NOV 25, 2019
This cross-sectional study compared the diagnostic accuracy of a smartphone-based artificial intelligence system versus ophthalmologist judgment for retinopathy screening in patients with diabetes.
This 2-month study was conducted among diabetic patients in India. A smartphone-based artificial intelligence system was used to grade images that were taken on a smartphone-based, nonmydriatic retinal camera by minimally trained health care workers. No internet connectivity was required as the AI system was housed within the smartphone itself.
After dilation with tropicamide 1%, an anterior segment photograph and 3 fundus photographs were obtained from 213 patients. The AI system prompted the photographer to retake the images if they were not of sufficient quality. A vitreoretinal surgeon and resident graded the images and the results were compared with the AI system.
The sensitivity of the AI system to diagnose referable diabetic retinopathy [moderate nonproliferative diabetic retinopathy (NPDR) or worse] was 100% and the specificity was 88.4%. The sensitivity to diagnose any diabetic retinopathy was approximately 85% with a specificity of 92%.

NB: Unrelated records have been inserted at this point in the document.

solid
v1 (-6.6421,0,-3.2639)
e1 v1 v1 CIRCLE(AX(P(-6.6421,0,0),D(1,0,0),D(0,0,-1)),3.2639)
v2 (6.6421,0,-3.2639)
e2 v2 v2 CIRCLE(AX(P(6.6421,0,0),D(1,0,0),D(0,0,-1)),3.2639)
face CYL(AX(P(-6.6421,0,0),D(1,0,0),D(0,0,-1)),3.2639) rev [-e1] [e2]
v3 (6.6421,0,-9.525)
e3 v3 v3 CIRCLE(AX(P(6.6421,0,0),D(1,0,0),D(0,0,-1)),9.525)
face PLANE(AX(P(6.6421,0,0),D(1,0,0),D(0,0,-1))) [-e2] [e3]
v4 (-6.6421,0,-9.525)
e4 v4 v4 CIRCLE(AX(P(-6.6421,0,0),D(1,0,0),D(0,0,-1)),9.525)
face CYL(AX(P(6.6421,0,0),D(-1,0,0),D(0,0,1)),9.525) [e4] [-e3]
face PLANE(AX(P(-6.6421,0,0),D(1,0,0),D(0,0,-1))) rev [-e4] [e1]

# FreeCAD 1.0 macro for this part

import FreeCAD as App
import Part
import Sketcher

V = App.Vector
Q = App.Units.Quantity

doc = App.newDocument("Part")
body = doc.addObject("PartDesign::Body", "Body")

sketch1 = body.newObject("Sketcher::SketchObject", "Sketch")
sketch1.AttachmentSupport = (doc.getObject("YZ_Plane"), [""])
sketch1.MapMode = "FlatFace"
sketch1.addGeometry(Part.Circle(V(0, 0, 0), V(0, 0, 1), 10), False)
sketch1.addConstraint(Sketcher.Constraint("Coincident", 0, 3, -1, 1))
sketch1.addConstraint(Sketcher.Constraint("Diameter", 0, Q("0.75 in")))
pad1 = body.newObject("PartDesign::Pad", "Pad")
pad1.Profile = sketch1
pad1.Length = Q("0.523 in")
pad1.Midplane = True

sketch2 = body.newObject("Sketcher::SketchObject", "Sketch001")
sketch2.AttachmentSupport = (doc.getObject("YZ_Plane"), [""])
sketch2.MapMode = "FlatFace"
sketch2.AttachmentOffset = App.Placement(V(0, 0, 0.2615 * 25.4), App.Rotation())
sketch2.addGeometry(Part.Circle(V(0, 0, 0), V(0, 0, 1), 3.3), False)
sketch2.addConstraint(Sketcher.Constraint("Coincident", 0, 3, -1, 1))
sketch2.addConstraint(Sketcher.Constraint("Diameter", 0, Q("0.257 in")))
pocket1 = body.newObject("PartDesign::Pocket", "Pocket")
pocket1.Profile = sketch2
pocket1.Type = "ThroughAll"

doc.recompute()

This was a comparatively small study that needs to be validated in a larger cohort. A large number of patients had no retinopathy, and from the manuscript, it is unclear how the system performed on eyes with more significant pathology and whether the system can detect other concomitant pathology.
This study has several important findings. Firstly, the system was both sensitive and specific in detecting referable diabetic retinopathy. This platform was portable and could be taken to patients are rather than having the patients come to a center for imaging. This may dramatically increase the ability to screen patients both in developing as well as in developed countries.
The photographers had minimal photographic training, which will hopefully reduce the cost of screening and also increase the availability of this technology to a larger group of patients. The imaging was done with an inexpensive smartphone camera that did not require internet connectivity. This is critical in areas without significant internet and wireless infrastructure and will further reduce screening burden and expense.